Well if people agree with that, they might just have all women they know loving to see bride dresses in magazines. According to the “gender specialists”, however, here’s what it means:
(…) almost 79% of the population has a very stereotyped notion about women’s life ideals. Believing that every women has as life project getting married and build a family is compatible with the idea that women can only find plenitude in a stable relationship with a man or yet, that she depends on a partner that sustains her, and finally, that she is more maidenlike and has less sexual desires, not aiming, therefore, the life of a single woman or many partners. (Page 6)
The whole document, actually, is a radical feminism manifesto.
This is how billions in public money is spent on “gender issues” worldwide. In Brazil, to produce this tripe, our Dilma removed the former board of IPEA, replacing them with loyal party members. That’s how the Institute for Economic research started producing ideological feminist statistics instead of real economic statistics.
For this specific study, the “Presidenta” (she eliminated the neutral form of the title and made all official documents have a feminine gender for “President”) put IPEA at the disposition of (1) the international feminist lobbying organization, UN WOMEN, and (2) the biggest feminist lobbying organization in Brazil, CFEMEA. This is how the Brazilian “rape culture” study was made.
But I have saved the best for last.
Yesterday IPEA published a note. The most sensationalist “finding,” those “65%” of Brazilian rape apologists, was an error. A big, gross, amazing error: They had shifted the percentages with that of another item in the research. Actually, only 13.2% of the interviewed “totally agreed”, while 12.8% only “partially agreed.”
Perhaps that was caused by the hurry to publish the results? The director of the research immediately resigned.
Now, show me a feminist fiasco bigger than the Brazilian “rape culture” scandal, if you can.

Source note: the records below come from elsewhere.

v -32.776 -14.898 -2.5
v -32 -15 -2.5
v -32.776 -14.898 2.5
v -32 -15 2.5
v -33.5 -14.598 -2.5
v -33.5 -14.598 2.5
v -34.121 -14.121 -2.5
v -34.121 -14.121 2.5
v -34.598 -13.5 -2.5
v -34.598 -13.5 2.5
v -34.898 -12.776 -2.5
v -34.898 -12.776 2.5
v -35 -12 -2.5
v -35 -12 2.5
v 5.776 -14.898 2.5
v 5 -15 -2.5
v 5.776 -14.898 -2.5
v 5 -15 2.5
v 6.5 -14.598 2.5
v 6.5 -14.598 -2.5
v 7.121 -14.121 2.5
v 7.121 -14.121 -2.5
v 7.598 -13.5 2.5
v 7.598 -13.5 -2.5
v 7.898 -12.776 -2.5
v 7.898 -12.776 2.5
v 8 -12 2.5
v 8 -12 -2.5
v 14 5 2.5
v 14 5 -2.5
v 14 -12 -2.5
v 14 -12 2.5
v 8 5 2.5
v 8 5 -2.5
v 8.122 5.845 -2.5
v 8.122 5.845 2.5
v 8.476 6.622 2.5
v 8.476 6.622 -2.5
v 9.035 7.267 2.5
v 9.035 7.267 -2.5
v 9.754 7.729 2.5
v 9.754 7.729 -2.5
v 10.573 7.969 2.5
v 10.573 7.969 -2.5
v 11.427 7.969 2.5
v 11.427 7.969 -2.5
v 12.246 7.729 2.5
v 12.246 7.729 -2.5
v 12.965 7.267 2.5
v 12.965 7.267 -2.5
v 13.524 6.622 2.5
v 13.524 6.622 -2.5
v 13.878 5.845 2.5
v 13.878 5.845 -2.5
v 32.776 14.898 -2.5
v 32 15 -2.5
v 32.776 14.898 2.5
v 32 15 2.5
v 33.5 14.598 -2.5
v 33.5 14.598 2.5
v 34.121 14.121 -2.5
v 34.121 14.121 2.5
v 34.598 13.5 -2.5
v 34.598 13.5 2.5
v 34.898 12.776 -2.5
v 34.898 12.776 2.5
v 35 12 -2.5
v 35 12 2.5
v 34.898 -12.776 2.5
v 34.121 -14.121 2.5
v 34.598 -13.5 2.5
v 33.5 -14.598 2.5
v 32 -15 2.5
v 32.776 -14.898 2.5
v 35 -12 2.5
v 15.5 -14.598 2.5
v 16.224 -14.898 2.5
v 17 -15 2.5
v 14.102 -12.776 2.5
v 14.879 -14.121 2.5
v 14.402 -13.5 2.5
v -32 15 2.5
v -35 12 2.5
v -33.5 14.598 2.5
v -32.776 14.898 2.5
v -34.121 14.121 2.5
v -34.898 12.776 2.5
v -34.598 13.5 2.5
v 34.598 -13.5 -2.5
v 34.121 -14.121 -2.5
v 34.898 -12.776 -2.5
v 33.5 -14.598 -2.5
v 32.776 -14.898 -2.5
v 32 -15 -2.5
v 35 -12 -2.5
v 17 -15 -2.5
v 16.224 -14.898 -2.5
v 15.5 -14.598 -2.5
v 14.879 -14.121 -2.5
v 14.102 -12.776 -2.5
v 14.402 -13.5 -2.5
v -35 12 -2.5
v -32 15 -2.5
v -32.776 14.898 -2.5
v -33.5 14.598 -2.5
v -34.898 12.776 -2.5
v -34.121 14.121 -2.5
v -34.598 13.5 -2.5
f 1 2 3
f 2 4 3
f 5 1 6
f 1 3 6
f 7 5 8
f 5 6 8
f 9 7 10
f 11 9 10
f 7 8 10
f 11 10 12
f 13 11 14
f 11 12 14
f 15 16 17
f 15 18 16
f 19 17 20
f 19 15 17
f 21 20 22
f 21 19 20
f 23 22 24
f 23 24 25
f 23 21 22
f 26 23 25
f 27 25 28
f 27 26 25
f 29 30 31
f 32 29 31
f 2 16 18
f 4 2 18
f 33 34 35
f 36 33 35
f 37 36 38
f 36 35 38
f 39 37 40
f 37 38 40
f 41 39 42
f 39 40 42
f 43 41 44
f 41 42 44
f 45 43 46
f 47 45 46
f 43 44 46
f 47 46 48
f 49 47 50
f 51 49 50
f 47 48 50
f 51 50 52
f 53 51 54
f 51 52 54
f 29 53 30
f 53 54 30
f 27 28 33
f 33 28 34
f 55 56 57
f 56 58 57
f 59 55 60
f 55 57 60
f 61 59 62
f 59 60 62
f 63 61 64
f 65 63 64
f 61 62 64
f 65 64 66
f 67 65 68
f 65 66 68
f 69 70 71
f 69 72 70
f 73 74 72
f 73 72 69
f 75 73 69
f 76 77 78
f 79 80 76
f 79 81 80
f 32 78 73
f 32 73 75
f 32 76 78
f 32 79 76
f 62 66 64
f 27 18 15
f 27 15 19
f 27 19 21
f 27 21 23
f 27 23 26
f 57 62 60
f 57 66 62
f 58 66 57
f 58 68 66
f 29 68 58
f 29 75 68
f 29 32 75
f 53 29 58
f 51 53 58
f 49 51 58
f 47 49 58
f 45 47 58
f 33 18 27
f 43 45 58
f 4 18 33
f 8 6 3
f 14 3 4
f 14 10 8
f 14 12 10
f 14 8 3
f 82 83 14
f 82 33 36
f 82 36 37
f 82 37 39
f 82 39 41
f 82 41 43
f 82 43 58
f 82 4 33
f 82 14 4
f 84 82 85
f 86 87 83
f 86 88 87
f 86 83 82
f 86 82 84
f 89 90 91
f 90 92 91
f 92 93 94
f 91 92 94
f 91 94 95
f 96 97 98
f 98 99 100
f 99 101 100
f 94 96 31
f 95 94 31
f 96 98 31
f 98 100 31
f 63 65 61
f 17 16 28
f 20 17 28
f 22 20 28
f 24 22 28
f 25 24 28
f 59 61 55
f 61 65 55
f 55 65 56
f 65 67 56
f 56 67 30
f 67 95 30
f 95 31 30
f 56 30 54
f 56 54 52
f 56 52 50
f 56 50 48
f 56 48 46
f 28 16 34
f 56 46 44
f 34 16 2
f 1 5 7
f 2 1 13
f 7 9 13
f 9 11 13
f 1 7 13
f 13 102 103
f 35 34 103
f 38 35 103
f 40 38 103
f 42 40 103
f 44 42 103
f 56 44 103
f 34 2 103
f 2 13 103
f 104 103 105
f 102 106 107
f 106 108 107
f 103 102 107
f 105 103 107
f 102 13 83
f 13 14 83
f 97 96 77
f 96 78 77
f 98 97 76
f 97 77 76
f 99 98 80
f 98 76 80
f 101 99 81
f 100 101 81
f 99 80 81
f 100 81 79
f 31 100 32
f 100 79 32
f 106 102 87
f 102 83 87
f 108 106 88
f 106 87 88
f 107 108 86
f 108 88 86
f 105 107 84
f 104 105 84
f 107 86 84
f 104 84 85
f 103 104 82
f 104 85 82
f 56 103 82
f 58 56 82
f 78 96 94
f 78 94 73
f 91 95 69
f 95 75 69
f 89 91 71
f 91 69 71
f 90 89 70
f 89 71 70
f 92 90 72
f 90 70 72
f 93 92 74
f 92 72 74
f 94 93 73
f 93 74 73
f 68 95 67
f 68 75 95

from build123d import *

# Parameters (mm, degrees)
PLAT_W                      = 30
PLAT_H                      = 5
EL_MENT_M_CANO_SOUD_1_DEPTH = 70
ENL_V_MAT_EXTRU_1_DEPTH     = 6
CONG_1_R                    = 3


with BuildPart() as part:
    # plat → Elément mécano-soudé1 (new body)
    with BuildSketch(Plane.YZ.offset(-35)):
        Rectangle(PLAT_W, PLAT_H)
    extrude(amount=EL_MENT_M_CANO_SOUD_1_DEPTH)

    # Esquisse2 → Enlèv. mat.-Extru.1 (cut, through all)
    with BuildSketch(Plane(origin=(0, 0, -2.5), x_dir=(-1, 0, 0), z_dir=(0, 0, -1))):
        with BuildLine():
            Line((-14, -15), (-8, -15))
            Line((-8, -15), (-8, 5))
            ThreePointArc((-8, 5), (-11, 8), (-14, 5))
            Line((-14, 5), (-14, -15))
        make_face()
    extrude(amount=-ENL_V_MAT_EXTRU_1_DEPTH, mode=Mode.SUBTRACT)

    # Congé1
    cong_1_edges = [part.edges().sort_by_distance(p)[0] for p in [
        (35, 15, 0),
        (14, -15, 0),
        (8, -15, 0),
        (35, -15, 0),
        (-35, 15, 0),
        (-35, -15, 0),
    ]]
    fillet(cong_1_edges, radius=CONG_1_R)


solid = part.part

Until then, just look on in amazement at this example of feminist lies and duplicity.
Have a great Sunday, a great week,
Hugs from Brazil,
 Every year, during International Women’s Day, she makes a pronunciation that includes the issue of “men’s violence against women,” i.e. typical gender feminist propaganda. Women’s oppression, and violence as having only one direction: men against women.
[1.1] Last year, on IWD, she announced social measures to reduce the price of food for poor families, because, you know, family is women and women are family.
[1.2] This year, same date, she went one step further, by complimenting all Brazilians and then saying that from that moment on the conversation would be between her and Brazilian women; yes, only women.
[1.3.] She also decided that in case of divorce, the houses in government home financing for poor families would go to the woman (unless the father would be the one the keeps the children… meaning, practically, whenever the ex-wife wants). No matter that the overwhelming majority of the homeless in Brazil are men (82%). And curiously, most of them are just “on strike.” Or to be more accurate, they have given up on everything because they built their families and lives around a partner and the relationship ended badly. I don’t know about you, but I’ve always wondered what would make a functional, normal man just stop fighting and go to sleep in a catwalk. Do you? Well, there you have it: most of them just didn’t learn how to go their own way sooner, wealthier and mentally healthier.
 The constructions for the FIFA World Cup are delayed. She spent hundreds of millions of US Dollars in Cuba’s infrastructure, is blind to Maduro’s State violence in Venezuela and there are evidences indicating corruption, lately in the Petrobras’s scandal. But the social policies grants a good voting basis of the poor people for the Worker’s Party.